I sat quietly for a moment, surrounded by guidebooks, two laptops, AFAR magazine, even Pinterest queued up on my phone. I weighed my options.

“We have eight nights and the Island’s not very big,” I began. “Let’s start up north. I’ll take a look at beach camping permits for a few days, and if not I’ll find an Airbnb. We can hike the Na Pali Coast, wander around the beaches and shops in Hanalei Bay, find a boat tour, go horseback riding—maybe even kayaking—and slowly make our way south,” he was nodding his head, “where-we-can-stay-in-a-resort-for-the-second-half-of-the-trip.” I slipped in.

It was a compromise. If the first part of our trip was all about adventure, the second half was all about luxury. 

A Hotel Tonight Flop

Although I am an avid planner, sometimes having no plans is the best plan (and sometimes it’s not). When we arrived in Kauai, we knew we were headed north. There were no campsites available (darn!), so we decided to travel north until we found a place we’d like to stay. We noshed on fish tacos and wandered along the beaches near Anahola.

where-to-stay-in-kauai

It was a gorgeous day, sunny in the high 70s, but it wasn’t long before we were exhausted and ready to find a place to lay our heads. I searched hotels in Princeville and Hanalei, two towns we were fast approaching as we headed north on route 56. Using TripAdvisor and HotelsTonight, I landed on Hanalei Bay Resort. There were a few less expensive options in Kapa’a, but it meant we’d have to turn around.

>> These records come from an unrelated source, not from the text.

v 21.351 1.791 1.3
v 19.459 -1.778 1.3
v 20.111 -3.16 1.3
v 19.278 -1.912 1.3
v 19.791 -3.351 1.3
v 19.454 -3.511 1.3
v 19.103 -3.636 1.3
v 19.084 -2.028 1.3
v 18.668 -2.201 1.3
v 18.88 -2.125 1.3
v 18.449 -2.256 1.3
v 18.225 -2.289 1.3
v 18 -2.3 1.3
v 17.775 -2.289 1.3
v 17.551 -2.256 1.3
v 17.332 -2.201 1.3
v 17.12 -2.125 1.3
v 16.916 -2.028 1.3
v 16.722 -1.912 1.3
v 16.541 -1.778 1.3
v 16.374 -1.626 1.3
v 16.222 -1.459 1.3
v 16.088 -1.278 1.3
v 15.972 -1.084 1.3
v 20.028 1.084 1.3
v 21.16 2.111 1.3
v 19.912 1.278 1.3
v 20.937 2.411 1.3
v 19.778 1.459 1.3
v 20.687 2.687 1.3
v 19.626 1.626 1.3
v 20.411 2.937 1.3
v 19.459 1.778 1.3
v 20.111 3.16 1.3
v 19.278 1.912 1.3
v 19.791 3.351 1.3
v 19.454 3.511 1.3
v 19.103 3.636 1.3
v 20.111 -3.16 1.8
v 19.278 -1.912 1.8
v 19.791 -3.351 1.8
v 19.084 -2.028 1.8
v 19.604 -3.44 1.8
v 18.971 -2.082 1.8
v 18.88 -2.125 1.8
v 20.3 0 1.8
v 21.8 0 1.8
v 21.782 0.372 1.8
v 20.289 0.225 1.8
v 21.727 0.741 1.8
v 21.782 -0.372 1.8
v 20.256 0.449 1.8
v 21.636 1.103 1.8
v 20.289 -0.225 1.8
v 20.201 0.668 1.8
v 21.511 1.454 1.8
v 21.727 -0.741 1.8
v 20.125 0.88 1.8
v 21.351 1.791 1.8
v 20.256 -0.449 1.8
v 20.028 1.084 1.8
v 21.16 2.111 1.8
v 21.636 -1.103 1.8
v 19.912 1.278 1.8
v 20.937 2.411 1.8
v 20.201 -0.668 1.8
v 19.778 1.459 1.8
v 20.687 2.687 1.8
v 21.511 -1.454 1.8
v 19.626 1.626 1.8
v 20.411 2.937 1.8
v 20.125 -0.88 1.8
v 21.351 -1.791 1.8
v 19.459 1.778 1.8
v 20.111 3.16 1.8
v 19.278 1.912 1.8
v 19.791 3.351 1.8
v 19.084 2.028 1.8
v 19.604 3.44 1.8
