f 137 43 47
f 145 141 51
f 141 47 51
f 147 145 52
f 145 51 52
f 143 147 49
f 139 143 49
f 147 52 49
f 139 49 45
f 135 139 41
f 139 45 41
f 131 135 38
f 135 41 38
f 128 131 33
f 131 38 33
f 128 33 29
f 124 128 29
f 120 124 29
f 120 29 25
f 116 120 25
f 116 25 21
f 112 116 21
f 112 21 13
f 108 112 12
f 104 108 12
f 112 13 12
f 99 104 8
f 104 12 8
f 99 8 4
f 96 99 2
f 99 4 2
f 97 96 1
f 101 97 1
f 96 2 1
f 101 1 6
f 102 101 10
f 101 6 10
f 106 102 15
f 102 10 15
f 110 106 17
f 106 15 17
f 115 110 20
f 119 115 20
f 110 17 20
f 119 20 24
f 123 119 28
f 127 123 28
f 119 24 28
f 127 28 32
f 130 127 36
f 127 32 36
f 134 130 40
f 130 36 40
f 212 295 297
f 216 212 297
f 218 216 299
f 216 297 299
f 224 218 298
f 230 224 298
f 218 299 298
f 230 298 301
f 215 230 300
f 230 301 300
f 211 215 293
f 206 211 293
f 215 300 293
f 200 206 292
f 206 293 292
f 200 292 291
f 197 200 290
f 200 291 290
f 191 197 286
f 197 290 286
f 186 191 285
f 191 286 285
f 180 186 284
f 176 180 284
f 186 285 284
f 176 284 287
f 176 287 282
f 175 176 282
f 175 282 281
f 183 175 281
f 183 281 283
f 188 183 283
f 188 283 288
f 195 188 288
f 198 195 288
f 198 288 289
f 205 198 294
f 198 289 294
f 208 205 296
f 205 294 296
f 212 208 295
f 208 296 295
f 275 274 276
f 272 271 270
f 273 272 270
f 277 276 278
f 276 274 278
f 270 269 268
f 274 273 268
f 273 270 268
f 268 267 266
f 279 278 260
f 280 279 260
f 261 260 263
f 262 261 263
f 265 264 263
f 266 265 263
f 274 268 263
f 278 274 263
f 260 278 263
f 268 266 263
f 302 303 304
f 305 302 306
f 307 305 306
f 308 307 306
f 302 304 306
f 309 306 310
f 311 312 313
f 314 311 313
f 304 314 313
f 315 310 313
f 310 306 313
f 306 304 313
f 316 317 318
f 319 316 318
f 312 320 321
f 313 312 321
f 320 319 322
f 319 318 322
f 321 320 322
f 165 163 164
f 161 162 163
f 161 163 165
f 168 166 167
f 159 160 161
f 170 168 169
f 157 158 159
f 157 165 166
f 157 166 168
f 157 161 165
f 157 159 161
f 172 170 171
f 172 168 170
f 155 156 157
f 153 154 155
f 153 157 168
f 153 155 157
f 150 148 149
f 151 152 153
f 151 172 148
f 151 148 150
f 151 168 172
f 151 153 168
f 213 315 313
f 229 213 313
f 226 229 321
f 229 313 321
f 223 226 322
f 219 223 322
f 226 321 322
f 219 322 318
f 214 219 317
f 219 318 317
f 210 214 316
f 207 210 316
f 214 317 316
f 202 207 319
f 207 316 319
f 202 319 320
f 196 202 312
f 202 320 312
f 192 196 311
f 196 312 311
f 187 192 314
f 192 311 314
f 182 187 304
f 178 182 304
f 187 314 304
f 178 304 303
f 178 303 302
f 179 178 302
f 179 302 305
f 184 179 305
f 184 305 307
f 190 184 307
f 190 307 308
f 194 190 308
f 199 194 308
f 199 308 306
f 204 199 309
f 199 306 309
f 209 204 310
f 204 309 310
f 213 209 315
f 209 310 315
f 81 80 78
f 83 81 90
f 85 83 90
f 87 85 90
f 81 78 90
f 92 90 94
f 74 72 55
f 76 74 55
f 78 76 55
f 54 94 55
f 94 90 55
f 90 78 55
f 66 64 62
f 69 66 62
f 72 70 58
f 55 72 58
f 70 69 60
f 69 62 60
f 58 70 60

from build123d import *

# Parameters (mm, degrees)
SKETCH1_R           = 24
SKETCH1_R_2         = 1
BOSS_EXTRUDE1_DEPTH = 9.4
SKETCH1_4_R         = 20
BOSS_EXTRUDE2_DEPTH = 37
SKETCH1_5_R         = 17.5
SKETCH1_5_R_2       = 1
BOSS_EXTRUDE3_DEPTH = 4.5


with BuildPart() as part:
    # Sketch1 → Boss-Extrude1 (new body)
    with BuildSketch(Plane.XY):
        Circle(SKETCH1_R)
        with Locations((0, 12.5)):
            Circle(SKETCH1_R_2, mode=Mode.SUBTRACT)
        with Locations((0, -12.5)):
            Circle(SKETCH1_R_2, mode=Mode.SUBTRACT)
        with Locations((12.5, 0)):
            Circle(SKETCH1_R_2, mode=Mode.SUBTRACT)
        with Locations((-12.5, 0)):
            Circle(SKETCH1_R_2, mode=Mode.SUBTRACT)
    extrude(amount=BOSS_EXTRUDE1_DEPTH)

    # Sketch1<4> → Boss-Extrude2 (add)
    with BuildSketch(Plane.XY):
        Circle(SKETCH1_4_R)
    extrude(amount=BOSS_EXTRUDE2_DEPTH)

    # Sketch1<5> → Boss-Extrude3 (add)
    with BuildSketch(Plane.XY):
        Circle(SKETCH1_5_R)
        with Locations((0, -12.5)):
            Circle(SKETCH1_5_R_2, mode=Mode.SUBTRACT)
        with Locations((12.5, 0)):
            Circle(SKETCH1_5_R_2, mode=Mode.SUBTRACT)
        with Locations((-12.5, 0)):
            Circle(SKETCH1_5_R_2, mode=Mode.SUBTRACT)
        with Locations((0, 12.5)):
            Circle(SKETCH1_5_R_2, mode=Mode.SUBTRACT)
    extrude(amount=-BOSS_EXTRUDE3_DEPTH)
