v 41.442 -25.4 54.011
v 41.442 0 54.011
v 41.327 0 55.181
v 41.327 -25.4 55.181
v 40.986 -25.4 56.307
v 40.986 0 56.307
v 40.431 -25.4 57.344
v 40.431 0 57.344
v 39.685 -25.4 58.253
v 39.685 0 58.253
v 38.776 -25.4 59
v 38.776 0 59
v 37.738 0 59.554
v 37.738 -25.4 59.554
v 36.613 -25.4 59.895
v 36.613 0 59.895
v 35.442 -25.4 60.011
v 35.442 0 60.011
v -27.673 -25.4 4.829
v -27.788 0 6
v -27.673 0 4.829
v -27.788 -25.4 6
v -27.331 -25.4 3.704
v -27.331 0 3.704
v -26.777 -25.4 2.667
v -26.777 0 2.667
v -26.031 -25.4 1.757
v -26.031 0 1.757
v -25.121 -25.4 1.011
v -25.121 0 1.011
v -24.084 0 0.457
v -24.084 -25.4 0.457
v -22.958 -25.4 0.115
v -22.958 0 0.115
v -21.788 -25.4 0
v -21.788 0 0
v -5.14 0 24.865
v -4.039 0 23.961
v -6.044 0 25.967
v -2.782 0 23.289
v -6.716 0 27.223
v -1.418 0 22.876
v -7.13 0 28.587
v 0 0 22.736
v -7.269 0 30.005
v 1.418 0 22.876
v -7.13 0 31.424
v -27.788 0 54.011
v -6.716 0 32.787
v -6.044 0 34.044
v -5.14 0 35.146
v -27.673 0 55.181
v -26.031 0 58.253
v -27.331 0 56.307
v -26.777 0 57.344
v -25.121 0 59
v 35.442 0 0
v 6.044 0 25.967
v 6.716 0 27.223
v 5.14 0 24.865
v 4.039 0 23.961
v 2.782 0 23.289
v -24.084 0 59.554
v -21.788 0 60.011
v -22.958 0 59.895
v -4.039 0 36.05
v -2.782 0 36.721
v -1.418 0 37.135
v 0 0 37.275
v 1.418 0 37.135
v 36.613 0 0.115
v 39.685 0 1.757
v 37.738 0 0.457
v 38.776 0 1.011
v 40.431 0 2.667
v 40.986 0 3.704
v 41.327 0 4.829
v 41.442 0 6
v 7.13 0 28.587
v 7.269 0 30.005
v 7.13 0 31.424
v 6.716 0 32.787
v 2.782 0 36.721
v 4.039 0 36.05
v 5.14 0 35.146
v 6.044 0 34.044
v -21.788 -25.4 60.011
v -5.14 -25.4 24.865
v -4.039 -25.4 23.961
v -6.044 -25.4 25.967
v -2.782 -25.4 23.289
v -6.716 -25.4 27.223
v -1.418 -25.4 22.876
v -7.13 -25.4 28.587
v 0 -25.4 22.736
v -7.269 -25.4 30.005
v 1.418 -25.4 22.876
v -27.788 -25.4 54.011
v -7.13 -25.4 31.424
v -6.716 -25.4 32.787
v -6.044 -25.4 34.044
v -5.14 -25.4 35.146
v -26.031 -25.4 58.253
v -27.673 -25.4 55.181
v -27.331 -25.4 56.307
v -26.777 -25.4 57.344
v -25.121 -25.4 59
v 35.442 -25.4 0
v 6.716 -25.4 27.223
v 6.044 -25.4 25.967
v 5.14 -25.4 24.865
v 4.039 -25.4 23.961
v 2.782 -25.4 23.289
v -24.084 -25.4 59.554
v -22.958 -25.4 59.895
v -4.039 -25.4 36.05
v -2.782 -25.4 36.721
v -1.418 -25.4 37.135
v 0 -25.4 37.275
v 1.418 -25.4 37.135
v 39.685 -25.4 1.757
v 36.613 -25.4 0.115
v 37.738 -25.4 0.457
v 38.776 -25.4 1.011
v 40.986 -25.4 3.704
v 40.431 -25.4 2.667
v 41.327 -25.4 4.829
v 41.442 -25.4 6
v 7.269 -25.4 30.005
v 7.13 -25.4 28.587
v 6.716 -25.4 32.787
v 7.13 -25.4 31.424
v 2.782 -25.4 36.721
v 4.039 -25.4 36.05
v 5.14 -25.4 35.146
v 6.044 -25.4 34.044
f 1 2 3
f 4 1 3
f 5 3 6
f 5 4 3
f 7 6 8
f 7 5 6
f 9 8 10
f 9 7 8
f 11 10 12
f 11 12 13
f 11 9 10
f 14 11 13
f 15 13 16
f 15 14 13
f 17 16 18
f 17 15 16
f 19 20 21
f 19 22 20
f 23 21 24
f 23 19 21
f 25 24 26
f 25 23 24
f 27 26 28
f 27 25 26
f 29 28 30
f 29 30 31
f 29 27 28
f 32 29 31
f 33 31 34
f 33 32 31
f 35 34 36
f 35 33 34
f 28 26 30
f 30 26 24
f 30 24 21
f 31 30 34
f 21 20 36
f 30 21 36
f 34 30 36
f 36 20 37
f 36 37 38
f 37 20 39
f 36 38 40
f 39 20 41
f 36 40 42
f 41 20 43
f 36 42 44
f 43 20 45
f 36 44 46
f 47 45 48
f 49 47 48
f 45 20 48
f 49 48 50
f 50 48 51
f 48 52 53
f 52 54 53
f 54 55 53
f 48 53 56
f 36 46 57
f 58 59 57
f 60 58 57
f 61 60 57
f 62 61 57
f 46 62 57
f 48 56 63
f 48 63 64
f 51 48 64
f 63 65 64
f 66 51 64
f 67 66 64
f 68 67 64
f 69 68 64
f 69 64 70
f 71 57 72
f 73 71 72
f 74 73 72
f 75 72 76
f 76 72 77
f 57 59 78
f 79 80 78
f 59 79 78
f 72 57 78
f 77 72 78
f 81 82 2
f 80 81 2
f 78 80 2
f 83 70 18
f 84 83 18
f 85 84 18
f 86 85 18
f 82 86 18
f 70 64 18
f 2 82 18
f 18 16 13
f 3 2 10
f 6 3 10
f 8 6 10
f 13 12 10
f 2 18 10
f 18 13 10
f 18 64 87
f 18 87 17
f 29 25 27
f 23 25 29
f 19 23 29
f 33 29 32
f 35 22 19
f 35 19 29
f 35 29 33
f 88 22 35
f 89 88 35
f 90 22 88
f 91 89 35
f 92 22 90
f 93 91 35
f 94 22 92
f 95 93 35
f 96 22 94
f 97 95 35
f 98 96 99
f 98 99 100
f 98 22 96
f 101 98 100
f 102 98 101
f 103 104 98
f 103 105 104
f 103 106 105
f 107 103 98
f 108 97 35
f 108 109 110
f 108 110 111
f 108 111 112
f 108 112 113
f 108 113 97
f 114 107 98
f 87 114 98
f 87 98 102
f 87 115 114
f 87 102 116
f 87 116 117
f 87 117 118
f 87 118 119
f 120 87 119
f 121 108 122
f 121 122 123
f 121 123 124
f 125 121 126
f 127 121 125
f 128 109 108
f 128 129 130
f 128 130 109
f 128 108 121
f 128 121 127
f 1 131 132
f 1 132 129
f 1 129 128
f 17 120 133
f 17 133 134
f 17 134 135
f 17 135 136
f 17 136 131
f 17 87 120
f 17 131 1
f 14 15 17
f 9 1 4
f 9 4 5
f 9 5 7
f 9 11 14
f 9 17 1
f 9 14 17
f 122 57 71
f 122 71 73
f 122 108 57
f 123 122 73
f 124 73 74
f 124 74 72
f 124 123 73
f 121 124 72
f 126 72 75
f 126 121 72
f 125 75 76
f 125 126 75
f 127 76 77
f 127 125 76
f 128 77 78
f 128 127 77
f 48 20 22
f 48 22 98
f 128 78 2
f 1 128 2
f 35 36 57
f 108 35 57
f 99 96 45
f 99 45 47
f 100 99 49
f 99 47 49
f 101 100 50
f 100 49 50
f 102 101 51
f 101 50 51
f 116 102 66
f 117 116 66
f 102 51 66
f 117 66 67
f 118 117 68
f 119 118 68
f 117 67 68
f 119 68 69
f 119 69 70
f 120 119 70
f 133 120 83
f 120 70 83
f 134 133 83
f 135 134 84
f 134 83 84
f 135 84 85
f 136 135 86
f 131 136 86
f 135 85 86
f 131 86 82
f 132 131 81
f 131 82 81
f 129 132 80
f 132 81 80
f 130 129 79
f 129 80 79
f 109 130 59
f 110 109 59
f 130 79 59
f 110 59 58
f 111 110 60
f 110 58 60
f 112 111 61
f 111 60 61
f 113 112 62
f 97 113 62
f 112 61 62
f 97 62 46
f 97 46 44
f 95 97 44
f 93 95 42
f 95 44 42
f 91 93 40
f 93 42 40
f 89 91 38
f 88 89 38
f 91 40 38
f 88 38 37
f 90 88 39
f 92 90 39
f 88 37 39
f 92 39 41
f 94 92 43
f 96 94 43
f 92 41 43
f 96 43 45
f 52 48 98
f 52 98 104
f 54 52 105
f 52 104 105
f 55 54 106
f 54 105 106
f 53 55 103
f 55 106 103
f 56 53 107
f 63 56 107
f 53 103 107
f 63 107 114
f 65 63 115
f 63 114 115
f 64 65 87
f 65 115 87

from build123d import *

# Parameters (mm, degrees)
F0_W     = 69.230199
F0_H     = 60.010768
F1_DEPTH = 25.4
F2_R     = 6
F3_R     = 7.269466
F4_DEPTH = 25.4


with BuildPart() as f1:
    # F0 (on Front) → F1 (new body)
    with BuildSketch(Plane.XZ):
        with Locations((6.827186, 30.005384)):
            Rectangle(F0_W, F0_H)
    extrude(amount=F1_DEPTH)

    # F2
    f2_edges = [f1.edges().sort_by_distance(p)[0] for p in [
        (41.442286, -12.7, 60.010768),
        (41.442286, -12.7, 0),
        (-27.787913, -12.7, 60.010768),
        (-27.787913, -12.7, 0),
    ]]
    fillet(f2_edges, radius=F2_R)

    # F3 (on face) → F4 (cut, through all)
    with BuildSketch(Plane(origin=(0, 0, 0), x_dir=(-1, 0, 0), z_dir=(0, 1, 0))):
        with Locations((0, 30.005384)):
            Circle(F3_R)
    extrude(amount=-F4_DEPTH, mode=Mode.SUBTRACT)


solid = f1.part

I completed the transaction for a one night stay at Hanalei Bay Resort on HotelsTonight. Big mistake. Given my hotelier background, I know that direct bookings are always the way to go. But something about the convenience of the app and the sense of urgency (1 room left!) caused me to book via the online travel agency (OTA).

OTAs have become a dirty word in the hotel industry: they claim to have the lowest rates when in fact booking directly with a hotel will often get you the best deal (if a hotel is managing its occupancy effectively). Hotels have gotten wise, and often limit their inventory to their lowest quality rooms, reserving their best for guests booking direct. The OTA guest tends to be deal-seeking without loyalty to any particular brand or hotel and less likely to become a repeat customer. 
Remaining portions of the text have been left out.